Dataset entries:
------------------------------
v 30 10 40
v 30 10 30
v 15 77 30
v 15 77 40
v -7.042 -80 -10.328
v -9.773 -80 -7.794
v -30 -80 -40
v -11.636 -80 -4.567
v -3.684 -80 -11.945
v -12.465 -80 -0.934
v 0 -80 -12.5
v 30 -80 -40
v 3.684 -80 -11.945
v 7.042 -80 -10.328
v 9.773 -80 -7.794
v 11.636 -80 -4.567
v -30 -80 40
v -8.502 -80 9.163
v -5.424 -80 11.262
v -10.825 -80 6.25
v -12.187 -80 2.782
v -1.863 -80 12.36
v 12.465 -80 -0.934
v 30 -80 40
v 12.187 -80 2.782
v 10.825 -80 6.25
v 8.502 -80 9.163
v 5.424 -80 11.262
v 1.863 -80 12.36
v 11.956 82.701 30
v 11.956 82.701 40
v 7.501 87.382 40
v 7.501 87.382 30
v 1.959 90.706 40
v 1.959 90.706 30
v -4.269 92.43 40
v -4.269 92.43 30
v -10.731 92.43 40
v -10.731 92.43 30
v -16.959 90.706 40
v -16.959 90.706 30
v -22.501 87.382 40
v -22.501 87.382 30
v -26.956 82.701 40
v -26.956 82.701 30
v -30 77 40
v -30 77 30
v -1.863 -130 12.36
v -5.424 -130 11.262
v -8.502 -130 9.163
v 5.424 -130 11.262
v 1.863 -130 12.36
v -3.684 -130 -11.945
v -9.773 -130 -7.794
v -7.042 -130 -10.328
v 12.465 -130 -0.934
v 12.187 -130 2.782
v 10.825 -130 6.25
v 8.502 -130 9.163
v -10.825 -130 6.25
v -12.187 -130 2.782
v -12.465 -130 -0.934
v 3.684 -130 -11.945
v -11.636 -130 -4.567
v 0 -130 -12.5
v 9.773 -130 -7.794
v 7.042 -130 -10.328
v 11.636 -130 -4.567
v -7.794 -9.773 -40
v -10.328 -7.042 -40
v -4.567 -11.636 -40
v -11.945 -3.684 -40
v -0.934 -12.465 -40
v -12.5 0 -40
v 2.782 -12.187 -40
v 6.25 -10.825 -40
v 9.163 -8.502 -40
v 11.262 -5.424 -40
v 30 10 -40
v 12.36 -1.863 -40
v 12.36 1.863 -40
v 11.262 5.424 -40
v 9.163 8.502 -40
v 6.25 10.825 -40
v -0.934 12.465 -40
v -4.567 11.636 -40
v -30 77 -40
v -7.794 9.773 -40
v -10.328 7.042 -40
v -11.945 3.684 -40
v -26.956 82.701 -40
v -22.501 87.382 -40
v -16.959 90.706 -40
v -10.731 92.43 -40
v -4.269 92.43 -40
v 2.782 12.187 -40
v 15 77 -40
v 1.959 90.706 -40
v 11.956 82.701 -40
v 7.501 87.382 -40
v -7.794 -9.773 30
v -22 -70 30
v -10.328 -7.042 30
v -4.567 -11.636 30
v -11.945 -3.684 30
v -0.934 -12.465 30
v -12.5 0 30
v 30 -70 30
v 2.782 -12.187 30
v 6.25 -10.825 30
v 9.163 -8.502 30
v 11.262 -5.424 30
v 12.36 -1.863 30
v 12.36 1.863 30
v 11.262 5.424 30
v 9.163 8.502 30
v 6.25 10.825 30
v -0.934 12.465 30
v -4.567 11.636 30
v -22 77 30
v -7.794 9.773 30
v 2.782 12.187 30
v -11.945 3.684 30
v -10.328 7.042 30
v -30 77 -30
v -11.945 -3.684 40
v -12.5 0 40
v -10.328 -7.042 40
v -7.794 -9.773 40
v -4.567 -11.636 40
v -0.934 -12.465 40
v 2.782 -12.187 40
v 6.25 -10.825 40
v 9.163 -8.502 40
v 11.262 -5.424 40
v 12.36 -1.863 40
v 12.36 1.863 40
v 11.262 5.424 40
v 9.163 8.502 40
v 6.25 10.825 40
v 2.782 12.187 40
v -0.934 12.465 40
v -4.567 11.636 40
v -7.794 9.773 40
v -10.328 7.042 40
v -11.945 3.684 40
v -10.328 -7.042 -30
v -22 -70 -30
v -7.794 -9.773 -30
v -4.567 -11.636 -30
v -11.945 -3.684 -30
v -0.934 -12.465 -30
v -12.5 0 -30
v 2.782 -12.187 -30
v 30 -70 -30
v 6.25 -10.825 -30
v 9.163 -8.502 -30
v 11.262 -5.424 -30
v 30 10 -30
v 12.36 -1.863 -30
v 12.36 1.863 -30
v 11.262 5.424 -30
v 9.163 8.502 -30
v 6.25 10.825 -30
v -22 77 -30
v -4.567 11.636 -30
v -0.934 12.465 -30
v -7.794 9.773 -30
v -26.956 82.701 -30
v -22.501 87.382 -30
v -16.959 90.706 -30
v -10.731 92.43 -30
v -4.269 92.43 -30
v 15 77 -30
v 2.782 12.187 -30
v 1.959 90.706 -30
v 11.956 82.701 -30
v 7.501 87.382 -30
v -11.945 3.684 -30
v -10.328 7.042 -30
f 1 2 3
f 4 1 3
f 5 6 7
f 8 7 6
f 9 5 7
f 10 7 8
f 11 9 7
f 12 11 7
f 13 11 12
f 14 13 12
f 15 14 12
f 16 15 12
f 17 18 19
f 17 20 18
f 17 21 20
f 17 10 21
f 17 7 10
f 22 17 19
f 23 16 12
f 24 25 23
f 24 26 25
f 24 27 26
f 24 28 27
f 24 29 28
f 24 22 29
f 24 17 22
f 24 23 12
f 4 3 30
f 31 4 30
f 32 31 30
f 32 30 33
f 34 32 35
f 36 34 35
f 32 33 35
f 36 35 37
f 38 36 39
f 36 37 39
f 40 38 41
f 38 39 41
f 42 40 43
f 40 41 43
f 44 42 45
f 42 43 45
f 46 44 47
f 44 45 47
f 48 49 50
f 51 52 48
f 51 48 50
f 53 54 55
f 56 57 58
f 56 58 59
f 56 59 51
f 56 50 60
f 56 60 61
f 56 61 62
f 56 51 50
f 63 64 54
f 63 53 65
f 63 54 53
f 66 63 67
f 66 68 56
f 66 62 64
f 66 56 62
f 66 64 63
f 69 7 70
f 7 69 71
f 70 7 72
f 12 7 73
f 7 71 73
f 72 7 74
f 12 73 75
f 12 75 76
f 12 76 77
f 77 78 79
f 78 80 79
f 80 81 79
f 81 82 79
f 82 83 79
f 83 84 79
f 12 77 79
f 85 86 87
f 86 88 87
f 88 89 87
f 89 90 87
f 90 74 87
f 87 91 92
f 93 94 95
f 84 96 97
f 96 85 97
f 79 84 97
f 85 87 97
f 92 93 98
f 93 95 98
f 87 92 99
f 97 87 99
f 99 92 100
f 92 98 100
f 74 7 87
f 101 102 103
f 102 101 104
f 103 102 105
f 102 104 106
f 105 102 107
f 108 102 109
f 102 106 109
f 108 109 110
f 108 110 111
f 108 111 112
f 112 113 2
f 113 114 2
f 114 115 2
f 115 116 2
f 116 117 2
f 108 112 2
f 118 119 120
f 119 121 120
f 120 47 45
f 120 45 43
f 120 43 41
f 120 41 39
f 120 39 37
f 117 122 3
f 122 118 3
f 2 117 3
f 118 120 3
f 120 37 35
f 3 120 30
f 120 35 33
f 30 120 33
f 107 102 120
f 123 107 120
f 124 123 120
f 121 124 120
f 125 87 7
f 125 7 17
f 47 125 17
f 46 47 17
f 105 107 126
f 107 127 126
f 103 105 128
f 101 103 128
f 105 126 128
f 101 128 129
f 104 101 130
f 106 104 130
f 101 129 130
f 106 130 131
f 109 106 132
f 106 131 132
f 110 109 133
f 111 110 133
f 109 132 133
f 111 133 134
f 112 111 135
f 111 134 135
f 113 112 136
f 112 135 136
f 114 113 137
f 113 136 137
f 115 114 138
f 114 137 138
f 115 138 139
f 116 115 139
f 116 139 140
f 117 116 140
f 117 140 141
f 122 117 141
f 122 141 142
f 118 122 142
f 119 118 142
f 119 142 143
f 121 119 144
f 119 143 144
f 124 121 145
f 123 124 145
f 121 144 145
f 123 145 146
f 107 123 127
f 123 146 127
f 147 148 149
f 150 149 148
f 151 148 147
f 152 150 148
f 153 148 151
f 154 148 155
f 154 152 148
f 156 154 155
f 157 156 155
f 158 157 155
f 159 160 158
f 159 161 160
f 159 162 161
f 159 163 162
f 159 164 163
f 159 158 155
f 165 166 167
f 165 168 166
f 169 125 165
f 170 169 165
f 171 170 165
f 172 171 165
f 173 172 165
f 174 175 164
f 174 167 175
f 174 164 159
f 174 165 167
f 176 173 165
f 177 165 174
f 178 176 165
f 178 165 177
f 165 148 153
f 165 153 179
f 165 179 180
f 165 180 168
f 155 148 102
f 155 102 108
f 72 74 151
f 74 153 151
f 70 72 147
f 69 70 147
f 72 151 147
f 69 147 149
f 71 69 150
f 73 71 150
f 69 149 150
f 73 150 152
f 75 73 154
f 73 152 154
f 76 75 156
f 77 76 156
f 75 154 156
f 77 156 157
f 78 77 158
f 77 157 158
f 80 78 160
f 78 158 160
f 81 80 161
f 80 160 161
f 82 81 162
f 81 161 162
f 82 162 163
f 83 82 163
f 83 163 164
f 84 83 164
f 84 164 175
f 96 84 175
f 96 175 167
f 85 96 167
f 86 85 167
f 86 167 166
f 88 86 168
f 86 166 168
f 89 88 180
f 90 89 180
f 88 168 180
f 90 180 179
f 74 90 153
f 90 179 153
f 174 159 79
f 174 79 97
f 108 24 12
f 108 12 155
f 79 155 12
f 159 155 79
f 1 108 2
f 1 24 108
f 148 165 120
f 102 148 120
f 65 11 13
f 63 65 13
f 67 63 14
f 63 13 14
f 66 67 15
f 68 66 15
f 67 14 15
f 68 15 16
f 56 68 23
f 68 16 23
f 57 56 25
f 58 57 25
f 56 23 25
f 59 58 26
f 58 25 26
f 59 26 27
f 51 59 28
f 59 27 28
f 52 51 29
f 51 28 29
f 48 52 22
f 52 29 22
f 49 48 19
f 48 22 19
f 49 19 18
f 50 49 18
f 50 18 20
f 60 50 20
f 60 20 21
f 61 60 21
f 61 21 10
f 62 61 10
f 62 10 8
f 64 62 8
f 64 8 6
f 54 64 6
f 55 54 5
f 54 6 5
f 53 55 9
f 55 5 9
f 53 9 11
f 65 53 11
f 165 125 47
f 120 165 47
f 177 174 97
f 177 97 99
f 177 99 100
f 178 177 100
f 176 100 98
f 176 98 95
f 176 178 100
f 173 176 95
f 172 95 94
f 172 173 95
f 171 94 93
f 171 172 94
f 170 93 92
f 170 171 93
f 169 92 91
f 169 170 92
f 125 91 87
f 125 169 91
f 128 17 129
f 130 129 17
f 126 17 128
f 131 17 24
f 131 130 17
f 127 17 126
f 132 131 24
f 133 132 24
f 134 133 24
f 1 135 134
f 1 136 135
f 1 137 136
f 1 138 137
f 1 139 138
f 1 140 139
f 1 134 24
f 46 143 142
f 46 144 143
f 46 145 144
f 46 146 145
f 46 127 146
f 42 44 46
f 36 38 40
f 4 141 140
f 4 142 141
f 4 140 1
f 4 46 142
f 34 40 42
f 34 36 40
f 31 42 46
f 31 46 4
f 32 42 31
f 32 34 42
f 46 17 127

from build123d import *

# Parameters (mm, degrees)
BOSS_EXTRUDE1_DEPTH = 10
SKETCH4_W           = 60
SKETCH4_H           = 60
BOSS_EXTRUDE2_DEPTH = 10
SKETCH5_W           = 60
SKETCH5_H           = 147
BOSS_EXTRUDE3_DEPTH = 8
SKETCH6_R           = 12.5
CUT_EXTRUDE1_DEPTH  = 72
SKETCH7_R           = 12.5
BOSS_EXTRUDE4_DEPTH = 50


with BuildPart() as part:
    # Sketch2 → Boss-Extrude1 (new body)
    with BuildSketch(Plane.XY.offset(30)):
        with BuildLine():
            Line((0, -80), (30, -80))
            Line((30, -80), (30, 10))
            Line((30, 10), (15, 77))
            ThreePointArc((15, 77), (-7.5, 92.648353456), (-30, 77))
            Line((-30, 77), (-30, -80))
            Line((-30, -80), (0, -80))
        make_face()
    boss_extrude1 = extrude(amount=BOSS_EXTRUDE1_DEPTH)

    # Sketch4 → Boss-Extrude2 (add)
    with BuildSketch(Plane.XZ.offset(80)):
        Rectangle(SKETCH4_W, SKETCH4_H)
    extrude(amount=-BOSS_EXTRUDE2_DEPTH)

    # Mirror3: Boss-Extrude1 across plane
    add(boss_extrude1.mirror(Plane.XY))

    # Sketch5 → Boss-Extrude3 (add)
    with BuildSketch(Plane.ZY.offset(30)):
        with Locations((0, 3.5)):
            Rectangle(SKETCH5_W, SKETCH5_H)
    extrude(amount=-BOSS_EXTRUDE3_DEPTH)

    # Sketch6 → Cut-Extrude1 (cut, symmetric)
    with BuildSketch(Plane.XY):
        Circle(SKETCH6_R)
    extrude(amount=CUT_EXTRUDE1_DEPTH, both=True, mode=Mode.SUBTRACT)

    # Sketch7 → Boss-Extrude4 (add)
    with BuildSketch(Plane.XZ.offset(80)):
        Circle(SKETCH7_R)
    extrude(amount=BOSS_EXTRUDE4_DEPTH)


solid = part.part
------------------------------
### TASK DESCRIPTION
Starting with the line with "v 0 -130 -12.5" above and going on through the line with "v 12.36 1.863 40", transcribe every line exactly, both ends included, and add nothing.

### REPLY
v 0 -130 -12.5
v 9.773 -130 -7.794
v 7.042 -130 -10.328
v 11.636 -130 -4.567
v -7.794 -9.773 -40
v -10.328 -7.042 -40
v -4.567 -11.636 -40
v -11.945 -3.684 -40
v -0.934 -12.465 -40
v -12.5 0 -40
v 2.782 -12.187 -40
v 6.25 -10.825 -40
v 9.163 -8.502 -40
v 11.262 -5.424 -40
v 30 10 -40
v 12.36 -1.863 -40
v 12.36 1.863 -40
v 11.262 5.424 -40
v 9.163 8.502 -40
v 6.25 10.825 -40
v -0.934 12.465 -40
v -4.567 11.636 -40
v -30 77 -40
v -7.794 9.773 -40
v -10.328 7.042 -40
v -11.945 3.684 -40
v -26.956 82.701 -40
v -22.501 87.382 -40
v -16.959 90.706 -40
v -10.731 92.43 -40
v -4.269 92.43 -40
v 2.782 12.187 -40
v 15 77 -40
v 1.959 90.706 -40
v 11.956 82.701 -40
v 7.501 87.382 -40
v -7.794 -9.773 30
v -22 -70 30
v -10.328 -7.042 30
v -4.567 -11.636 30
v -11.945 -3.684 30
v -0.934 -12.465 30
v -12.5 0 30
v 30 -70 30
v 2.782 -12.187 30
v 6.25 -10.825 30
v 9.163 -8.502 30
v 11.262 -5.424 30
v 12.36 -1.863 30
v 12.36 1.863 30
v 11.262 5.424 30
v 9.163 8.502 30
v 6.25 10.825 30
v -0.934 12.465 30
v -4.567 11.636 30
v -22 77 30
v -7.794 9.773 30
v 2.782 12.187 30
v -11.945 3.684 30
v -10.328 7.042 30
v -30 77 -30
v -11.945 -3.684 40
v -12.5 0 40
v -10.328 -7.042 40
v -7.794 -9.773 40
v -4.567 -11.636 40
v -0.934 -12.465 40
v 2.782 -12.187 40
v 6.25 -10.825 40
v 9.163 -8.502 40
v 11.262 -5.424 40
v 12.36 -1.863 40
v 12.36 1.863 40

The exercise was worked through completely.